# Reparacion de usb quemado (cruzer micro 4gb)



## renzo1589 (Feb 14, 2009)

Tengo una memoria usb sandisk de 4gb y bueno lo conecte a un cargador mp3 ( para ver led que se veía muy bien cuando prendía) y bueno al dia siguiente al conectarlo para bajar información no es reconocido por la pc ademas a la hora de introducirlo el led parpadea y cuando ya esta dentro todo se apaga  por favor quisiera si alguien me podría ayudar no se si se quemo y que podría hacer?


----------



## cevv (Feb 14, 2009)

Te adjunto una guía para recuperar memorias USB Flash.

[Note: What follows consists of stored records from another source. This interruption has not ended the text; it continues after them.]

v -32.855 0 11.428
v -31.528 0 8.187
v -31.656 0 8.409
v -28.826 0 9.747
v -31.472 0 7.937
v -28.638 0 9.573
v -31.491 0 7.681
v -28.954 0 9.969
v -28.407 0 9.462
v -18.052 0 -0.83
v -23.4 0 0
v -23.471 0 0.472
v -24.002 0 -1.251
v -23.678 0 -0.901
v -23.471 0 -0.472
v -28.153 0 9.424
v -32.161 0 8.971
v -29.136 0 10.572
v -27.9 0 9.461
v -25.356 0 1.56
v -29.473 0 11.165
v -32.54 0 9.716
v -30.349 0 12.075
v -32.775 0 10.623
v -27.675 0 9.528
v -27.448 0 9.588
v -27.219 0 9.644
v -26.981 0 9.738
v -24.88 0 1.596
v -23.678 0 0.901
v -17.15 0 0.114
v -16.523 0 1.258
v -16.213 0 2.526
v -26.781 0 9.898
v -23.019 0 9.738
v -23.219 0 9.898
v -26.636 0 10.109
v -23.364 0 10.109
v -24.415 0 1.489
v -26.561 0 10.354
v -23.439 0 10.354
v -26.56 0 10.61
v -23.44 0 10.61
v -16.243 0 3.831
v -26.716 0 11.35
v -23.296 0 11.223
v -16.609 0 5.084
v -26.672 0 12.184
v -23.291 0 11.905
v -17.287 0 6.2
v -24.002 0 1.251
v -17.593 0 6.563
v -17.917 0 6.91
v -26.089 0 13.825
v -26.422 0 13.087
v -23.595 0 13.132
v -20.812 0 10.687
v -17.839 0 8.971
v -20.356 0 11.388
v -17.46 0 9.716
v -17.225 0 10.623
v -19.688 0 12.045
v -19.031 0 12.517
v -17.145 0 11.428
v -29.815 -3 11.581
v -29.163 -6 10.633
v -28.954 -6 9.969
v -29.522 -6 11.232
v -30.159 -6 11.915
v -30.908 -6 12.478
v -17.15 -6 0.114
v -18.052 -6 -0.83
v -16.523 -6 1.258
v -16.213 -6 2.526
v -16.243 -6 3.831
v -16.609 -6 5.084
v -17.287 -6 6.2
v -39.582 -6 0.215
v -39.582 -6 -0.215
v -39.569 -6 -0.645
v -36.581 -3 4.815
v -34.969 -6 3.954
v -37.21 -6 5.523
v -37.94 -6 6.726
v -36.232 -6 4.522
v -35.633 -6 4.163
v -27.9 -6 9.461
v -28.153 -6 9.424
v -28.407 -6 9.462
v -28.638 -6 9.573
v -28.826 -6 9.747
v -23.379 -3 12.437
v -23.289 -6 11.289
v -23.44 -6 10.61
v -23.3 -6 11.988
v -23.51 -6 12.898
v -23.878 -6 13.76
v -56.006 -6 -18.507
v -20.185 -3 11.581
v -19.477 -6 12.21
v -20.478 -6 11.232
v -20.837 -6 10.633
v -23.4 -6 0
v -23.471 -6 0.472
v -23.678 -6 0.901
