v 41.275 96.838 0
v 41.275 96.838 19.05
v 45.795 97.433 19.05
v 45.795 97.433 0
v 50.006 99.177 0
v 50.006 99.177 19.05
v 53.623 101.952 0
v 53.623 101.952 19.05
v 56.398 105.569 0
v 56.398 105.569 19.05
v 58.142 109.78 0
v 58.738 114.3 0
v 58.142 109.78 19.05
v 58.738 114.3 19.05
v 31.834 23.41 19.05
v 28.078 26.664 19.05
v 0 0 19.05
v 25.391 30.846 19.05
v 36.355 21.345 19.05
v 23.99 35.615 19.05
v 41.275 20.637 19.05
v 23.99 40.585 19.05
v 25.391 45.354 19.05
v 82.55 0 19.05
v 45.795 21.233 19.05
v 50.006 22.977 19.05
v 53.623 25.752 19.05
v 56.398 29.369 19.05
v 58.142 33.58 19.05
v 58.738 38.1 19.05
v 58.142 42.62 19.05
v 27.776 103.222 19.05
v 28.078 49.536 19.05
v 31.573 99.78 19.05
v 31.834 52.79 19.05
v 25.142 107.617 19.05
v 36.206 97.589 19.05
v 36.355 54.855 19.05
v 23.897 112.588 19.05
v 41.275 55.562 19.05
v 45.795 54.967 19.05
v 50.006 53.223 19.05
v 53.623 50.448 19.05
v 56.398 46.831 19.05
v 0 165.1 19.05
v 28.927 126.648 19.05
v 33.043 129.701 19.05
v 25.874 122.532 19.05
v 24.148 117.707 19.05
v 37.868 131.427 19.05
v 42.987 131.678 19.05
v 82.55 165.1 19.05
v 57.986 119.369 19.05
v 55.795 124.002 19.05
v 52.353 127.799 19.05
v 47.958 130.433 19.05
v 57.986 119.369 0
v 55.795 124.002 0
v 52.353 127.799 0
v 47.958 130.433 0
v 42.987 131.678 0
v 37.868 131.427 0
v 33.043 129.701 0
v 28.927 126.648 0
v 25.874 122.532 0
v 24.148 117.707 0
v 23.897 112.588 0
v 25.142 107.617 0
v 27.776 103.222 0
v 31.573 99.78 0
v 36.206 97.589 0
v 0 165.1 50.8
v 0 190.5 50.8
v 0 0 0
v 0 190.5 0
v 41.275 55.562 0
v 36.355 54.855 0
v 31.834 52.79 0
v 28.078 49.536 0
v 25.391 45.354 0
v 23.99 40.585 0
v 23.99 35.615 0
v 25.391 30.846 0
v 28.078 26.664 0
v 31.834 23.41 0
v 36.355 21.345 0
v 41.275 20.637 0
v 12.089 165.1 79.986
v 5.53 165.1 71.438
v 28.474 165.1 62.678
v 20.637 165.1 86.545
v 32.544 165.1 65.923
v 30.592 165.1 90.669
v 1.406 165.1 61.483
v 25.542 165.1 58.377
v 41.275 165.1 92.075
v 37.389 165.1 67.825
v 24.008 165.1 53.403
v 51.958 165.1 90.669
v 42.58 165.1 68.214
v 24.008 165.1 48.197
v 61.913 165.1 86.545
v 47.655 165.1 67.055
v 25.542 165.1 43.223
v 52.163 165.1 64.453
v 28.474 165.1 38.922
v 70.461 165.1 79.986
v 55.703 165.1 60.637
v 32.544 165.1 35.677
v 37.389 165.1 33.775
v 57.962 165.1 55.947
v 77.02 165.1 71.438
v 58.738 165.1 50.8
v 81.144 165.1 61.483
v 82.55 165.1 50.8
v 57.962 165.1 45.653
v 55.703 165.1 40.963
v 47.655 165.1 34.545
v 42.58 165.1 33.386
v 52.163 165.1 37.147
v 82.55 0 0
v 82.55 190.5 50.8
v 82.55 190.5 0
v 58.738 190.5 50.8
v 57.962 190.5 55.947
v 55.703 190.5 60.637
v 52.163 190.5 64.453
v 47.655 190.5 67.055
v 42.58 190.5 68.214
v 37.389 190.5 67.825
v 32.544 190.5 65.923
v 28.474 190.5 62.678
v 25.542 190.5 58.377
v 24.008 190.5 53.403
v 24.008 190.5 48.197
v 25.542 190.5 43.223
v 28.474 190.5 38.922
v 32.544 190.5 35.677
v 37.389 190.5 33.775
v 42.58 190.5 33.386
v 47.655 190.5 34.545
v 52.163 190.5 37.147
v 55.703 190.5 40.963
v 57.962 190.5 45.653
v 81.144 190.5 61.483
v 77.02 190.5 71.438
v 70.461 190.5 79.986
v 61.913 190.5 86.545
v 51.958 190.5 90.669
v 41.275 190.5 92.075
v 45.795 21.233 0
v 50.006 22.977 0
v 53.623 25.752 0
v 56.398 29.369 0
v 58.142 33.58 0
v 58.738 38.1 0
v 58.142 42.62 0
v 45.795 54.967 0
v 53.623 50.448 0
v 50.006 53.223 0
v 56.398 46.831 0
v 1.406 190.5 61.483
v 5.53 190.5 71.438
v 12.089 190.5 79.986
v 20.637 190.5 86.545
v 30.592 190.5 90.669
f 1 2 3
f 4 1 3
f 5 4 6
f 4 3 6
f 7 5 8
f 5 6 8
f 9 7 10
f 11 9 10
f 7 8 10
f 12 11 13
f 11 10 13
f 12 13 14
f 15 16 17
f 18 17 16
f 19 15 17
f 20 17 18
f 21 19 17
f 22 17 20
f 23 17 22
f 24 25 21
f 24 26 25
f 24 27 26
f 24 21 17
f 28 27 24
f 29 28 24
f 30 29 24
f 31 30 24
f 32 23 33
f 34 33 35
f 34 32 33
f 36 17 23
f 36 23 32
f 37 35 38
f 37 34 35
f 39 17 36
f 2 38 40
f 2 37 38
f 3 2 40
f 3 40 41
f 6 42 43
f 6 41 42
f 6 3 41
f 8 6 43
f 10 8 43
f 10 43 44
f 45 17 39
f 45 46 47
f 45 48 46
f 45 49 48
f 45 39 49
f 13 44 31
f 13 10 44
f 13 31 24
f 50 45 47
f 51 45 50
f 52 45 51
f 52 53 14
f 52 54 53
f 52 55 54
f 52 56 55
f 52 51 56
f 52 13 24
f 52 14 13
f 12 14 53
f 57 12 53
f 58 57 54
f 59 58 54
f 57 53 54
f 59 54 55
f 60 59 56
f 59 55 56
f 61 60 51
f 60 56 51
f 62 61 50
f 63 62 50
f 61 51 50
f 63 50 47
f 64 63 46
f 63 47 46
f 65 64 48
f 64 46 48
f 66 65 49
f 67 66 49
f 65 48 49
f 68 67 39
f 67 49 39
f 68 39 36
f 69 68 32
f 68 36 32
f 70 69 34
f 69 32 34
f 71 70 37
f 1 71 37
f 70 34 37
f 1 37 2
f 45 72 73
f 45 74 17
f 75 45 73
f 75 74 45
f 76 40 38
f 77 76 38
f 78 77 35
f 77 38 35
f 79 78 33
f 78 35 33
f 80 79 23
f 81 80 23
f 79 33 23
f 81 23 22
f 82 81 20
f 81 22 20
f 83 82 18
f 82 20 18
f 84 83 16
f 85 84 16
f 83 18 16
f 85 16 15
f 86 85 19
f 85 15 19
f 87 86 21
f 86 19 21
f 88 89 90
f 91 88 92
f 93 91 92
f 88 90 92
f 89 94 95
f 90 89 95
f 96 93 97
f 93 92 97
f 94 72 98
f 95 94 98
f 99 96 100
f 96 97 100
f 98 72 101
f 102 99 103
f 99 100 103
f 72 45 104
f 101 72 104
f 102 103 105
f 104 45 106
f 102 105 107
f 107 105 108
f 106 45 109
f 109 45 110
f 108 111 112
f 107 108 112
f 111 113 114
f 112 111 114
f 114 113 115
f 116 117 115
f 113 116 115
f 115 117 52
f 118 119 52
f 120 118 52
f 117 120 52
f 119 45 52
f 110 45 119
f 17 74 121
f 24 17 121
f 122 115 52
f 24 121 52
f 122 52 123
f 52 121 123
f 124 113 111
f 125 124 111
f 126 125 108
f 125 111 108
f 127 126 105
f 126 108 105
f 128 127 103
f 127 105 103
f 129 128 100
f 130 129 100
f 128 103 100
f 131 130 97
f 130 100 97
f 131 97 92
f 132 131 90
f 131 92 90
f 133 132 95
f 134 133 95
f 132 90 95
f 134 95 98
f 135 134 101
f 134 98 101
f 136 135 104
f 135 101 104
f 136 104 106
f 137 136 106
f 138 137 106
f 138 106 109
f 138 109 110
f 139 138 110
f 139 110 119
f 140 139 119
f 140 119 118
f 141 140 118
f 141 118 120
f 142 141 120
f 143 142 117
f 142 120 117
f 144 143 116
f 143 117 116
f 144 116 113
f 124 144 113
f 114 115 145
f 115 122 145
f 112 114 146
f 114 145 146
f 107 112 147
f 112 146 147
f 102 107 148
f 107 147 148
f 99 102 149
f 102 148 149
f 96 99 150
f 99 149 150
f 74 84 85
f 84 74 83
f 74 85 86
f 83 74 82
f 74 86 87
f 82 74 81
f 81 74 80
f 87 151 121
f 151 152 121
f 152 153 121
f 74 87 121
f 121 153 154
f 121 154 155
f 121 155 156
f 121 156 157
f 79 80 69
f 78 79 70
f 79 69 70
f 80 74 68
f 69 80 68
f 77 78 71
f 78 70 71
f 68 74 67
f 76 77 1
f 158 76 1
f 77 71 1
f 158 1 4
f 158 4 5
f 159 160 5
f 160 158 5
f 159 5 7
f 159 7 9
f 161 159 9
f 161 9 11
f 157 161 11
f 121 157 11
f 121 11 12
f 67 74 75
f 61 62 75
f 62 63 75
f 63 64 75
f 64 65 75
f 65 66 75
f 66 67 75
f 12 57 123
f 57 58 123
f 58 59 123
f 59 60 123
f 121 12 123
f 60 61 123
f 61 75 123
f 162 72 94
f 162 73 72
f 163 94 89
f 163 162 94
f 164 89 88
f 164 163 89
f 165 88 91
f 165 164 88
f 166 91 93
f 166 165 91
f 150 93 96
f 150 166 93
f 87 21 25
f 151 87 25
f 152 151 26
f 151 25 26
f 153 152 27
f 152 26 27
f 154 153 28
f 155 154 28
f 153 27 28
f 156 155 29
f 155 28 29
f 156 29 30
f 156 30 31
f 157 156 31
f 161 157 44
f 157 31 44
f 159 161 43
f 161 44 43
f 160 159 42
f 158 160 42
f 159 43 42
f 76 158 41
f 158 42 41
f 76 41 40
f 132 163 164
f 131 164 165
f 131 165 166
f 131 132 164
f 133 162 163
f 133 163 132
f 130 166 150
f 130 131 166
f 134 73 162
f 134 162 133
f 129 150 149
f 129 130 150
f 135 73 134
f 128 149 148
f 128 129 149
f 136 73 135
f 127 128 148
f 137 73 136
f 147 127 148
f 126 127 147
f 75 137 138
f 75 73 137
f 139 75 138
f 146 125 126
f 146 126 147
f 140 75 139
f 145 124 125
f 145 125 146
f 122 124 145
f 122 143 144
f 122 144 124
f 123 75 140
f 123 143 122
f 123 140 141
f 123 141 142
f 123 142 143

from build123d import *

# Parameters (mm, degrees)
F0_W     = 82.55
F0_H     = 190.5
F1_DEPTH = 19.05
F2_W     = 82.55
F2_H     = 25.4
F3_DEPTH = 73.025
F4_R     = 41.27499
F5_R     = 17.4625
F6_DEPTH = 25.4
F8_DEPTH = 25.4


# Not quite as in the source:
# - a fillet or chamfer is up to 0.001 mm smaller than in the source, because OpenCascade refuses the exact size


with BuildPart() as f1:
    # F0 (on Top) → F1 (new body)
    with BuildSketch(Plane.XY):
        with Locations((41.275, 95.25)):
            Rectangle(F0_W, F0_H)
    extrude(amount=F1_DEPTH)

    # F2 (on face) → F3 (join)
    with BuildSketch(Plane.XY.offset(19.05)):
        with Locations((41.275, 177.8)):
            Rectangle(F2_W, F2_H)
    extrude(amount=F3_DEPTH)

    # F4 (radius 41.275 in the source; OpenCascade refuses exactly that, so slightly less here)
    f4_edges = [f1.edges().sort_by_distance(p)[0] for p in [
        (0, 177.8, 92.075),
        (82.55, 177.8, 92.075),
    ]]
    fillet(f4_edges, radius=F4_R)

    # F5 (on face) → F6 (cut)
    with BuildSketch(Plane.XZ.offset(-165.1)):
        with Locations((41.275, 50.8)):
            Circle(F5_R)
    extrude(amount=-F6_DEPTH, mode=Mode.SUBTRACT)

    # F7 (on face) → F8 (cut)
    with BuildSketch(Plane.XY.offset(19.05)):
        with BuildLine():
            ThreePointArc((58.7375, 114.3), (28.9271478335, 126.6478521665), (41.275, 96.8375))
            ThreePointArc((41.275, 96.8375), (53.6228521665, 101.9521478335), (58.7375, 114.3))
        make_face()
        with BuildLine():
            Line((41.275, 38.1), (41.275, 20.6375))
            ThreePointArc((41.275, 20.6375), (53.6228521665, 25.7521478335), (58.7375, 38.1))
            ThreePointArc((58.7375, 38.1), (53.6228521665, 50.4478521665), (41.275, 55.5625))
            Line((41.275, 55.5625), (41.275, 38.1))
        make_face()
        with BuildLine():
            ThreePointArc((41.275, 55.5625), (23.8125, 38.1), (41.275, 20.6375))
            Line((41.275, 20.6375), (41.275, 38.1))
            Line((41.275, 38.1), (41.275, 55.5625))
        make_face()
    extrude(amount=-F8_DEPTH, mode=Mode.SUBTRACT)


solid = f1.part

Léela muy bien, que a lo mejor te sirva, no solo a ti, sino a aquellos que presenten este problema. Suerte!


----------



## renzo1589 (Feb 14, 2009)

bueno mi usb no es reconocido por la pc funcionara el programa aun asi?


----------



## cevv (Feb 14, 2009)

lee lo que esta ahi, y guiate para ver!


----------



## renzo1589 (Feb 14, 2009)

al parecer amigo mi usb no es detectado con windows  y ese  programa funciona con usb que sean reconocidos por windows


----------



## unleased! (Feb 14, 2009)

Y el administrador de discos no lo detecta?

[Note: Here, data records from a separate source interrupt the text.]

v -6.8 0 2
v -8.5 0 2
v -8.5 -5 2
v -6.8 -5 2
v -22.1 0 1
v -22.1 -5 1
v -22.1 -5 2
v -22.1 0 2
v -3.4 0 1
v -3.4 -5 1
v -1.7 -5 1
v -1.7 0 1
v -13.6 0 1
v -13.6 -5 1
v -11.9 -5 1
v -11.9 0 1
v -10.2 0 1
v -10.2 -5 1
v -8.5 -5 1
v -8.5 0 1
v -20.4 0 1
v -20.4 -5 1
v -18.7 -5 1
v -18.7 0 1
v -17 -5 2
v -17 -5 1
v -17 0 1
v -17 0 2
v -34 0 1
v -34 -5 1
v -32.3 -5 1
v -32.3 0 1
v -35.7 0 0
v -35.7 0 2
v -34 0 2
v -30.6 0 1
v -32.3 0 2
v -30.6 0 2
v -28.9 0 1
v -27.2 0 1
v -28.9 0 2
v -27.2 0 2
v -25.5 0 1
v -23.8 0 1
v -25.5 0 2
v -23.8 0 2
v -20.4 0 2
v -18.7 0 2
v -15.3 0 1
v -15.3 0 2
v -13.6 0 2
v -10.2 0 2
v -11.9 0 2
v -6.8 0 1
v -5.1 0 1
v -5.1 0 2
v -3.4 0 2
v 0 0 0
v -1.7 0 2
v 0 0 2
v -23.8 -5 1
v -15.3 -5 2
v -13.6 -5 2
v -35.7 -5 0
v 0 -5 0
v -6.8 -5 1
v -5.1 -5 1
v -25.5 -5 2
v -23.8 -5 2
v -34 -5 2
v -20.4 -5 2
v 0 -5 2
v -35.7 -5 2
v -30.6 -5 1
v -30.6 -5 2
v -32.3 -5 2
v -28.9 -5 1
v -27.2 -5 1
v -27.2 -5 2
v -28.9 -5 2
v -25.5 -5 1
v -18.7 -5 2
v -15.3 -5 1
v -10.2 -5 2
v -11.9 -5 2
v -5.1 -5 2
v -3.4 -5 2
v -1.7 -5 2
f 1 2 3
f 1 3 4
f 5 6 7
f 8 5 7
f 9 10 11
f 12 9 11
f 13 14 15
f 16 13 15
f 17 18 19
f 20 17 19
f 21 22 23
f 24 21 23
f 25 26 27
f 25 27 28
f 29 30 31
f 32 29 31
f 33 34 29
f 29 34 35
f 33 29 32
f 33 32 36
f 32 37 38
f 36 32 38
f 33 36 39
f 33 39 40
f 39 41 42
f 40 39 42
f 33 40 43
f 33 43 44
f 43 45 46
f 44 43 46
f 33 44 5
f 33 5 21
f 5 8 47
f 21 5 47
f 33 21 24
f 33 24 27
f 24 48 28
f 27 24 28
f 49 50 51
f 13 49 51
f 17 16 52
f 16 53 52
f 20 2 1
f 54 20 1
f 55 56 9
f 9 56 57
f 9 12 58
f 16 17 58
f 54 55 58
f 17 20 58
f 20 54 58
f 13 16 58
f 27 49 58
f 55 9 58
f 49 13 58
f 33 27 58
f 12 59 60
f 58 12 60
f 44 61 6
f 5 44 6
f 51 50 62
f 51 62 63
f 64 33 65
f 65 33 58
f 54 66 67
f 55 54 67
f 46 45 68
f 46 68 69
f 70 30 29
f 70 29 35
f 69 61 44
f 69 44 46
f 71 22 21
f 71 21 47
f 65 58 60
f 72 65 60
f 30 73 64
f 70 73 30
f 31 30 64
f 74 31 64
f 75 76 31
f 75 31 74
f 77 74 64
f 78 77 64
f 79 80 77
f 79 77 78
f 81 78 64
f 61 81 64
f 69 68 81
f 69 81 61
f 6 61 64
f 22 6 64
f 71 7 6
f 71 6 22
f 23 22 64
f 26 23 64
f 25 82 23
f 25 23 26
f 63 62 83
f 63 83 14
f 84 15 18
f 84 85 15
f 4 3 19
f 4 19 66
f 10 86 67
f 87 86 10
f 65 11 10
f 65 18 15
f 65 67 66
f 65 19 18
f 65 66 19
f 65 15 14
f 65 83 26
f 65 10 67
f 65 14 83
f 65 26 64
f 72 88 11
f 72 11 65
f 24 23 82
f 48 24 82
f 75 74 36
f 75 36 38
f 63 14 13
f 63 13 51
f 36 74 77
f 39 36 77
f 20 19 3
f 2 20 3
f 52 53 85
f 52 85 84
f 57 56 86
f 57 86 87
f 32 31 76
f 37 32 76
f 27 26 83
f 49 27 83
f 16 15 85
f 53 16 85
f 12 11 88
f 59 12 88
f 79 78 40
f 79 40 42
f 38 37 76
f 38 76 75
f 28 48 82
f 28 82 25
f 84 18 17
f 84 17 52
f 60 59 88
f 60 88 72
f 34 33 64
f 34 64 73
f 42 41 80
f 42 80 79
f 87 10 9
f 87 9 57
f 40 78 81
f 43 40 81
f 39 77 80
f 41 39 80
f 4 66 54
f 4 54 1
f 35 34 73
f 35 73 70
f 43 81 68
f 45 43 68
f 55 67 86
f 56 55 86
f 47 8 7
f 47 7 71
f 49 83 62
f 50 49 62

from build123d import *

# Parameters (mm, degrees)
F0_W     = 35.7
F0_H     = 2
F1_DEPTH = 5
F2_W     = 1.7
F2_H     = 1
F3_DEPTH = 5
F4_DEPTH = 5


with BuildPart() as f1:
    # F0 (on Front) → F1 (new body)
    with BuildSketch(Plane.XZ):
        with Locations((-17.85, 1)):
            Rectangle(F0_W, F0_H)
    extrude(amount=F1_DEPTH)

    # F2 (on face) → F3 (cut)
    with BuildSketch(Plane.XZ.offset(5)):
        with Locations((-33.15, 1.5)):
            Rectangle(F2_W, F2_H)
        with Locations((-29.75, 1.5)):
            Rectangle(F2_W, F2_H)
        with Locations((-26.35, 1.5)):
            Rectangle(F2_W, F2_H)
        with Locations((-22.95, 1.5)):
            Rectangle(F2_W, F2_H)
        with Locations((-19.55, 1.5)):
            Rectangle(F2_W, F2_H)
        with Locations((-16.15, 1.5)):
            Rectangle(F2_W, F2_H)
        with Locations((-12.75, 1.5)):
            Rectangle(F2_W, F2_H)
    extrude(amount=-F3_DEPTH, mode=Mode.SUBTRACT)

    # F2 (on face) → F4 (cut)
    with BuildSketch(Plane.XZ.offset(5)):
        with Locations((-9.35, 1.5)):
            Rectangle(F2_W, F2_H)
        with Locations((-5.95, 1.5)):
            Rectangle(F2_W, F2_H)
        with Locations((-2.55, 1.5)):
            Rectangle(F2_W, F2_H)
    extrude(amount=-F4_DEPTH, mode=Mode.SUBTRACT)


solid = f1.part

En XP= Panel de control/herramientas administrativas/administracion de equipos/administración de discos


----------



## renzo1589 (Feb 14, 2009)

no lo detecta tampoco no se pero cuando abro el usb  y puenteo algunas resistencias el led se prende  pero el usb tiende a calnetarse un poco


----------



## unleased! (Feb 14, 2009)

Prueba en otro ordenador para asegurarte pero creo que se murio la memoria  si no lo detecta el administrador de discos...  Puede que el cargador estropease la memoria.
si es nuevo llevalo a la tienda donde lo comprastes y diles que no llegó a funcionar para que te dean otro    
saludos!


----------



## renzo1589 (Feb 14, 2009)

bueno gracias  por el dato


----------



## renzo1589 (Feb 14, 2009)

pero nuncahagan eso es una advertencia


----------



## LIAMNEESON (Mar 2, 2009)

Se supone que cuando un dispositivo USB se conecta a la PC negocia la cantidad de corriente que necesita, creo son 100 ó 500 mA, quizá tu cargador siempre entrega 500 mA y la memoria trabaje con 100 mA, no sé suena loco pero puede ser.


----------



## unleased! (Mar 2, 2009)

LIAMNEESON dijo:
			
		

> Se supone que cuando un dispositivo USB se conecta a la PC negocia la cantidad de corriente que necesita, creo son 100 ó 500 mA, quizá tu cargador siempre entrega 500 mA y la memoria trabaje con 100 mA, no sé suena loco pero puede ser.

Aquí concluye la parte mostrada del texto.